START Information supplied
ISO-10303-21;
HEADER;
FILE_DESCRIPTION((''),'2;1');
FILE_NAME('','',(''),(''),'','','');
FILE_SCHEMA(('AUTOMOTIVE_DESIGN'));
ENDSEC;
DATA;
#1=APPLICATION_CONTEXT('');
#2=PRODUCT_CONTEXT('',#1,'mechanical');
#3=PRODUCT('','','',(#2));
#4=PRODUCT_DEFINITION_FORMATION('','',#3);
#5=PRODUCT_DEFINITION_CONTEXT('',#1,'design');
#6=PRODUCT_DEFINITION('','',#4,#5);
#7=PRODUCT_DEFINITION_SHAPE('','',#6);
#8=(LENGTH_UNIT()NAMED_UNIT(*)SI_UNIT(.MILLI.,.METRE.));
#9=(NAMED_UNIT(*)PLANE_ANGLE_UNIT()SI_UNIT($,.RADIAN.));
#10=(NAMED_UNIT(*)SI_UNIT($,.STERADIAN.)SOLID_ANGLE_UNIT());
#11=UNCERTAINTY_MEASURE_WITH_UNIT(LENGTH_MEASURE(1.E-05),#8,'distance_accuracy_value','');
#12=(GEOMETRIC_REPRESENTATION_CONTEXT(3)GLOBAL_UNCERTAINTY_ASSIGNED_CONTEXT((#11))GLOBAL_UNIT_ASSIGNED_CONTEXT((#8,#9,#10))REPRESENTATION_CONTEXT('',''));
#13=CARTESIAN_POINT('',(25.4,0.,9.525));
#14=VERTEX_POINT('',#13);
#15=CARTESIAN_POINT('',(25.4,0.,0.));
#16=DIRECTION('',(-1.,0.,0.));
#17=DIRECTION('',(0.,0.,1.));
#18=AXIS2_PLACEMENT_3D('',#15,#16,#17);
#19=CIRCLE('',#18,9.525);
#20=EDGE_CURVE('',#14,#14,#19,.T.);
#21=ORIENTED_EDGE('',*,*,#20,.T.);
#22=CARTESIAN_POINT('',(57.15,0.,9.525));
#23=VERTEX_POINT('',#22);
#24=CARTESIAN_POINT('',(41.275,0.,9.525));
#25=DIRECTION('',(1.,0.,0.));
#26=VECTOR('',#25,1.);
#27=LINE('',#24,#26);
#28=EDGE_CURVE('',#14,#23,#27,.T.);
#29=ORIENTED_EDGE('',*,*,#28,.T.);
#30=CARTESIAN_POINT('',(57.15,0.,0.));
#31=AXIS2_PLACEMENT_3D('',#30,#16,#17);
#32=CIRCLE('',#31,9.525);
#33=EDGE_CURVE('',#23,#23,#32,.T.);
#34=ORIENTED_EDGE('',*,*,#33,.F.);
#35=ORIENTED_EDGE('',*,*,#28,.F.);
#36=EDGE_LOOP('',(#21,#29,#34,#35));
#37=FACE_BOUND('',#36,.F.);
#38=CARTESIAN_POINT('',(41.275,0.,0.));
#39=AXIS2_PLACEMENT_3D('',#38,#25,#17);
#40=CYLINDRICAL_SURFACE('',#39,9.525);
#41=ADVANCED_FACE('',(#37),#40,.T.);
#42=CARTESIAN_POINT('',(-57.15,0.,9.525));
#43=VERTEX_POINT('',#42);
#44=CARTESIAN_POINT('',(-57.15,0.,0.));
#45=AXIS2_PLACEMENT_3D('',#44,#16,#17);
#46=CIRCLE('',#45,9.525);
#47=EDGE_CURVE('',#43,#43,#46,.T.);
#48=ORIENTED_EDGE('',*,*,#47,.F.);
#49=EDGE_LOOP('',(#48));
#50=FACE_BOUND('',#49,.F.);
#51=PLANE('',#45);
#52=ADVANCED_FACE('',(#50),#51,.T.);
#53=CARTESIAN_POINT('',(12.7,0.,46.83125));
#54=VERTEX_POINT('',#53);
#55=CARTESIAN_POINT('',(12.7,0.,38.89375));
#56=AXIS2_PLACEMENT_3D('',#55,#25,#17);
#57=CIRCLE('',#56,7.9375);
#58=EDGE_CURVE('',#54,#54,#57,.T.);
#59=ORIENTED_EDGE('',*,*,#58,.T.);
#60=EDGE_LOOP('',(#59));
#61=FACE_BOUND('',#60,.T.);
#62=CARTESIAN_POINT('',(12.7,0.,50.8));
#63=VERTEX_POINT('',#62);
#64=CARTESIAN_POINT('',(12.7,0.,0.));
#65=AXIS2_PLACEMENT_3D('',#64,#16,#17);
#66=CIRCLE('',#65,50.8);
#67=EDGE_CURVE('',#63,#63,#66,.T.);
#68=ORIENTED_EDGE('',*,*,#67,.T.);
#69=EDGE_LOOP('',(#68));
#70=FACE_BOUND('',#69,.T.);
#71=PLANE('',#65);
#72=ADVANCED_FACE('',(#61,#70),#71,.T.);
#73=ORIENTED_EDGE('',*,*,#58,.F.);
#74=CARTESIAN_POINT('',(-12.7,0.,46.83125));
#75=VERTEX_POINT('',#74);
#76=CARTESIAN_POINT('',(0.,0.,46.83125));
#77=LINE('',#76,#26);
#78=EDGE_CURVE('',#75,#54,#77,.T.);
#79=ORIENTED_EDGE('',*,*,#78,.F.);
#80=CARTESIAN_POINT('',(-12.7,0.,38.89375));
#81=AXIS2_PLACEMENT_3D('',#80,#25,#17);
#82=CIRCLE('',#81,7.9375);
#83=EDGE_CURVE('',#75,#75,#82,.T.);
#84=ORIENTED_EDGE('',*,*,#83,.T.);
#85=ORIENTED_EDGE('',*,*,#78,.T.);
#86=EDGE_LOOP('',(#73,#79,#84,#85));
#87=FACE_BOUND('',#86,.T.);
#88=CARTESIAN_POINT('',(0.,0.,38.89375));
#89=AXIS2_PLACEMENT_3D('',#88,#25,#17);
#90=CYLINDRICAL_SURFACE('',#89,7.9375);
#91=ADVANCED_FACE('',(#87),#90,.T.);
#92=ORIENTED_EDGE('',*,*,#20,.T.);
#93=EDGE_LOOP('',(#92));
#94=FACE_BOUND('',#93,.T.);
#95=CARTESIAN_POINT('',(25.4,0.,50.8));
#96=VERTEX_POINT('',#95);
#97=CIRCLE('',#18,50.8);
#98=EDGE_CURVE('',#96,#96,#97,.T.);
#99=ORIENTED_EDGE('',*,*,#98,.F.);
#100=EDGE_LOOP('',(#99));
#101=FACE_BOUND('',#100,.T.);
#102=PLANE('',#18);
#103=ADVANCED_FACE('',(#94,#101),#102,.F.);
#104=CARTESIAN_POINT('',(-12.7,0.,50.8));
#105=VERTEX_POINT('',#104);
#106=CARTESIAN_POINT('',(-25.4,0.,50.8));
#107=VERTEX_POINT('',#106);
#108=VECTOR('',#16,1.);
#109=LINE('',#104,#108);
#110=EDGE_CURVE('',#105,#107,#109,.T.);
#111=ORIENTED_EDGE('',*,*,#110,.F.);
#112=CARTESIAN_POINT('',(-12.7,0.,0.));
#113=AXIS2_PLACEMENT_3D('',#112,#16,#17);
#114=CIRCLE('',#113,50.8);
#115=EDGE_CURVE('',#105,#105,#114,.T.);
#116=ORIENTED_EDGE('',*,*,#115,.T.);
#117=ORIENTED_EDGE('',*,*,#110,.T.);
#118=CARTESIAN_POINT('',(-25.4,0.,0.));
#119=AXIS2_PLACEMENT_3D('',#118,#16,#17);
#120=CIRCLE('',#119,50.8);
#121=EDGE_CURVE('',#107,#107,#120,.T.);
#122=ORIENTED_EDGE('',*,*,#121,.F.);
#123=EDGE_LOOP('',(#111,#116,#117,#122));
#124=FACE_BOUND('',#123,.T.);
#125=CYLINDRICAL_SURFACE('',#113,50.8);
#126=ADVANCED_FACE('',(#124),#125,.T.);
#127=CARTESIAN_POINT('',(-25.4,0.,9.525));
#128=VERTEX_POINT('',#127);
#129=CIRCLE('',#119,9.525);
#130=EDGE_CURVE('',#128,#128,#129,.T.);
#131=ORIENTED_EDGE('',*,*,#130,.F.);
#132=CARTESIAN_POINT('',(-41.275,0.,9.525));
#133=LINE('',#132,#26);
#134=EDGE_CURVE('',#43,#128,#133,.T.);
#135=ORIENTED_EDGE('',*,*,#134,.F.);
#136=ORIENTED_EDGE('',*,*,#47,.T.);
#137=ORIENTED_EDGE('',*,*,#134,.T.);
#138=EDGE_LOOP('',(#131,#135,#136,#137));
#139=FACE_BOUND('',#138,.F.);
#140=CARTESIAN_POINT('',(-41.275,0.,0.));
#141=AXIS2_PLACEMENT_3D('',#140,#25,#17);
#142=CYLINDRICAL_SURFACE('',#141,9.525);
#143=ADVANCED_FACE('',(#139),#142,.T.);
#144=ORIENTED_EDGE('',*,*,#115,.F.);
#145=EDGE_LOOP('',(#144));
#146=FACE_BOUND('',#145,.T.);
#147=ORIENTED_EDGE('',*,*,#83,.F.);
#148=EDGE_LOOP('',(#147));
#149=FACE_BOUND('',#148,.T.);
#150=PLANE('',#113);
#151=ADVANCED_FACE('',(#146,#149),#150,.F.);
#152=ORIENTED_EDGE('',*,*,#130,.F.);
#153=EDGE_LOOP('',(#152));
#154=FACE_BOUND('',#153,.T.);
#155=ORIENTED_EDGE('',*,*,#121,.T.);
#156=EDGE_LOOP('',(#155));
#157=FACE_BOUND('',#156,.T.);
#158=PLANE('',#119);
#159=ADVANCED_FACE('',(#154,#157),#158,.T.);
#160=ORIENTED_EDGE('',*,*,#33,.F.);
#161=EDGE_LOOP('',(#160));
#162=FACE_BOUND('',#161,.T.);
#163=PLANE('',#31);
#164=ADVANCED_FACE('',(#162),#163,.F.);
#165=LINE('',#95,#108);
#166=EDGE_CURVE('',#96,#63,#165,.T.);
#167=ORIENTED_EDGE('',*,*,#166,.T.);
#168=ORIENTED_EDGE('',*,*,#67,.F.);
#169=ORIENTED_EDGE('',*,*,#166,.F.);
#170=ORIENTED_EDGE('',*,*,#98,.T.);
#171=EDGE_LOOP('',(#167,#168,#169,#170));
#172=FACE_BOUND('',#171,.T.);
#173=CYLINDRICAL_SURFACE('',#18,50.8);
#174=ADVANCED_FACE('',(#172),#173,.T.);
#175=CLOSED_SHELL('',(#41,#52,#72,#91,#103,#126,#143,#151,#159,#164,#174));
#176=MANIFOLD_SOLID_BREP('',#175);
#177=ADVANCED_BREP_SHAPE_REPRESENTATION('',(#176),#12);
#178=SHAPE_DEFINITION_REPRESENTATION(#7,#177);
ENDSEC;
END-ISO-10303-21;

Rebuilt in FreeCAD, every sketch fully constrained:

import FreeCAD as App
import Part
import Sketcher

V = App.Vector
Q = App.Units.Quantity


def add_polygon(sketch, points):
    """Adds a closed chain of lines whose ends are joined by coincident constraints."""
    first, n = sketch.GeometryCount, len(points)
    for a, b in zip(points, points[1:] + points[:1]):
        sketch.addGeometry(Part.LineSegment(App.Vector(*a, 0), App.Vector(*b, 0)), False)
    for i in range(n):
        sketch.addConstraint(Sketcher.Constraint("Coincident", first + i, 2, first + (i + 1) % n, 1))

doc = App.newDocument("Part")
body = doc.addObject("PartDesign::Body", "Body")

sketch1 = body.newObject("Sketcher::SketchObject", "Sketch")
sketch1.AttachmentSupport = (doc.getObject("XZ_Plane"), [""])
sketch1.MapMode = "FlatFace"
add_polygon(sketch1, [(-57, 10), (-57, 0), (-13, 0), (-13, 51), (-25, 51), (-25, 10)])
sketch1.addConstraint([
    Sketcher.Constraint("Vertical", 0),
    Sketcher.Constraint("Horizontal", 1),
    Sketcher.Constraint("Vertical", 2),
    Sketcher.Constraint("Horizontal", 3),
    Sketcher.Constraint("Vertical", 4),
    Sketcher.Constraint("Horizontal", 5),
    Sketcher.Constraint("PointOnObject", 0, 2, -1),
    Sketcher.Constraint("DistanceY", 2, 1, 2, 2, Q("2 in")),
    Sketcher.Constraint("DistanceX", 3, 2, 3, 1, Q("0.5 in")),
    Sketcher.Constraint("DistanceX", 3, 2, -1, 1, Q("1 in")),
    Sketcher.Constraint("DistanceX", 1, 1, 1, 2, Q("1.75 in")),
    Sketcher.Constraint("DistanceY", 0, 2, 0, 1, Q("0.375 in")),
])
revolution = body.newObject("PartDesign::Revolution", "Revolution")
revolution.Profile = sketch1
revolution.ReferenceAxis = (sketch1, ["H_Axis"])
revolution.Angle = 360
body2 = doc.addObject("PartDesign::Body", "Body001")

sketch2 = body2.newObject("Sketcher::SketchObject", "Sketch001")
sketch2.AttachmentSupport = (doc.getObject("XZ_Plane001"), [""])
sketch2.MapMode = "FlatFace"
add_polygon(sketch2, [(13, 0), (57, 0), (57, 10), (25, 10), (25, 51), (13, 51)])
sketch2.addConstraint([
    Sketcher.Constraint("Horizontal", 0),
    Sketcher.Constraint("Vertical", 1),
    Sketcher.Constraint("Horizontal", 2),
    Sketcher.Constraint("Vertical", 3),
    Sketcher.Constraint("Horizontal", 4),
    Sketcher.Constraint("Vertical", 5),
    Sketcher.Constraint("PointOnObject", 0, 2, -1),
    Sketcher.Constraint("DistanceY", 5, 2, 5, 1, Q("2 in")),
    Sketcher.Constraint("DistanceX", 4, 2, 4, 1, Q("0.5 in")),
    Sketcher.Constraint("DistanceX", -1, 1, 2, 2, Q("1 in")),
    Sketcher.Constraint("DistanceX", 0, 1, 0, 2, Q("1.75 in")),
    Sketcher.Constraint("DistanceY", 1, 1, 1, 2, Q("0.375 in")),
])
revolution2 = body2.newObject("PartDesign::Revolution", "Revolution001")
revolution2.Profile = sketch2
revolution2.ReferenceAxis = (sketch2, ["H_Axis"])
revolution2.Angle = 360
body.AllowCompound = True
doc.recompute()

boolean = body.newObject("PartDesign::Boolean", "Boolean")
boolean.Type = "Fuse"
boolean.addObjects([body2])

sketch3 = body.newObject("Sketcher::SketchObject", "Sketch002")
sketch3.AttachmentSupport = (doc.getObject("XZ_Plane"), [""])
sketch3.MapMode = "FlatFace"
add_polygon(sketch3, [(-13, 47), (-13, 39), (13, 39), (13, 47)])
sketch3.addGeometry(Part.LineSegment(V(-13, 39, 0), V(13, 39, 0)), True)
sketch3.addConstraint([
    Sketcher.Constraint("Vertical", 0),
    Sketcher.Constraint("Horizontal", 1),
    Sketcher.Constraint("Vertical", 2),
    Sketcher.Constraint("Horizontal", 3),
    Sketcher.Constraint("Horizontal", 4),
    Sketcher.Constraint("Coincident", 4, 1, 0, 2),
    Sketcher.Constraint("Vertical", 2, 2, 4, 2),
    Sketcher.Constraint("DistanceX", 1, 1, 1, 2, Q("1 in")),
    Sketcher.Constraint("DistanceX", 0, 2, -1, 1, Q("0.5 in")),
    Sketcher.Constraint("DistanceY", 0, 2, 0, 1, Q("0.3125 in")),
    Sketcher.Constraint("DistanceY", -1, 1, 0, 2, Q("1.53125 in")),
])
revolution3 = body.newObject("PartDesign::Revolution", "Revolution002")
revolution3.Profile = sketch3
revolution3.ReferenceAxis = (sketch3, ["Axis0"])
revolution3.Angle = 360

doc.recompute()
END Information supplied
Task: Produce the lines from the top of the listing through the "#43=VERTEX_POINT('',#42);" line exactly as they appear, with no additional output.

Output below:
ISO-10303-21;
HEADER;
FILE_DESCRIPTION((''),'2;1');
FILE_NAME('','',(''),(''),'','','');
FILE_SCHEMA(('AUTOMOTIVE_DESIGN'));
ENDSEC;
DATA;
#1=APPLICATION_CONTEXT('');
#2=PRODUCT_CONTEXT('',#1,'mechanical');
#3=PRODUCT('','','',(#2));
#4=PRODUCT_DEFINITION_FORMATION('','',#3);
#5=PRODUCT_DEFINITION_CONTEXT('',#1,'design');
#6=PRODUCT_DEFINITION('','',#4,#5);
#7=PRODUCT_DEFINITION_SHAPE('','',#6);
#8=(LENGTH_UNIT()NAMED_UNIT(*)SI_UNIT(.MILLI.,.METRE.));
#9=(NAMED_UNIT(*)PLANE_ANGLE_UNIT()SI_UNIT($,.RADIAN.));
#10=(NAMED_UNIT(*)SI_UNIT($,.STERADIAN.)SOLID_ANGLE_UNIT());
#11=UNCERTAINTY_MEASURE_WITH_UNIT(LENGTH_MEASURE(1.E-05),#8,'distance_accuracy_value','');
#12=(GEOMETRIC_REPRESENTATION_CONTEXT(3)GLOBAL_UNCERTAINTY_ASSIGNED_CONTEXT((#11))GLOBAL_UNIT_ASSIGNED_CONTEXT((#8,#9,#10))REPRESENTATION_CONTEXT('',''));
#13=CARTESIAN_POINT('',(25.4,0.,9.525));
#14=VERTEX_POINT('',#13);
#15=CARTESIAN_POINT('',(25.4,0.,0.));
#16=DIRECTION('',(-1.,0.,0.));
#17=DIRECTION('',(0.,0.,1.));
#18=AXIS2_PLACEMENT_3D('',#15,#16,#17);
#19=CIRCLE('',#18,9.525);
#20=EDGE_CURVE('',#14,#14,#19,.T.);
#21=ORIENTED_EDGE('',*,*,#20,.T.);
#22=CARTESIAN_POINT('',(57.15,0.,9.525));
#23=VERTEX_POINT('',#22);
#24=CARTESIAN_POINT('',(41.275,0.,9.525));
#25=DIRECTION('',(1.,0.,0.));
#26=VECTOR('',#25,1.);
#27=LINE('',#24,#26);
#28=EDGE_CURVE('',#14,#23,#27,.T.);
#29=ORIENTED_EDGE('',*,*,#28,.T.);
#30=CARTESIAN_POINT('',(57.15,0.,0.));
#31=AXIS2_PLACEMENT_3D('',#30,#16,#17);
#32=CIRCLE('',#31,9.525);
#33=EDGE_CURVE('',#23,#23,#32,.T.);
#34=ORIENTED_EDGE('',*,*,#33,.F.);
#35=ORIENTED_EDGE('',*,*,#28,.F.);
#36=EDGE_LOOP('',(#21,#29,#34,#35));
#37=FACE_BOUND('',#36,.F.);
#38=CARTESIAN_POINT('',(41.275,0.,0.));
#39=AXIS2_PLACEMENT_3D('',#38,#25,#17);
#40=CYLINDRICAL_SURFACE('',#39,9.525);
#41=ADVANCED_FACE('',(#37),#40,.T.);
#42=CARTESIAN_POINT('',(-57.15,0.,9.525));
#43=VERTEX_POINT('',#42);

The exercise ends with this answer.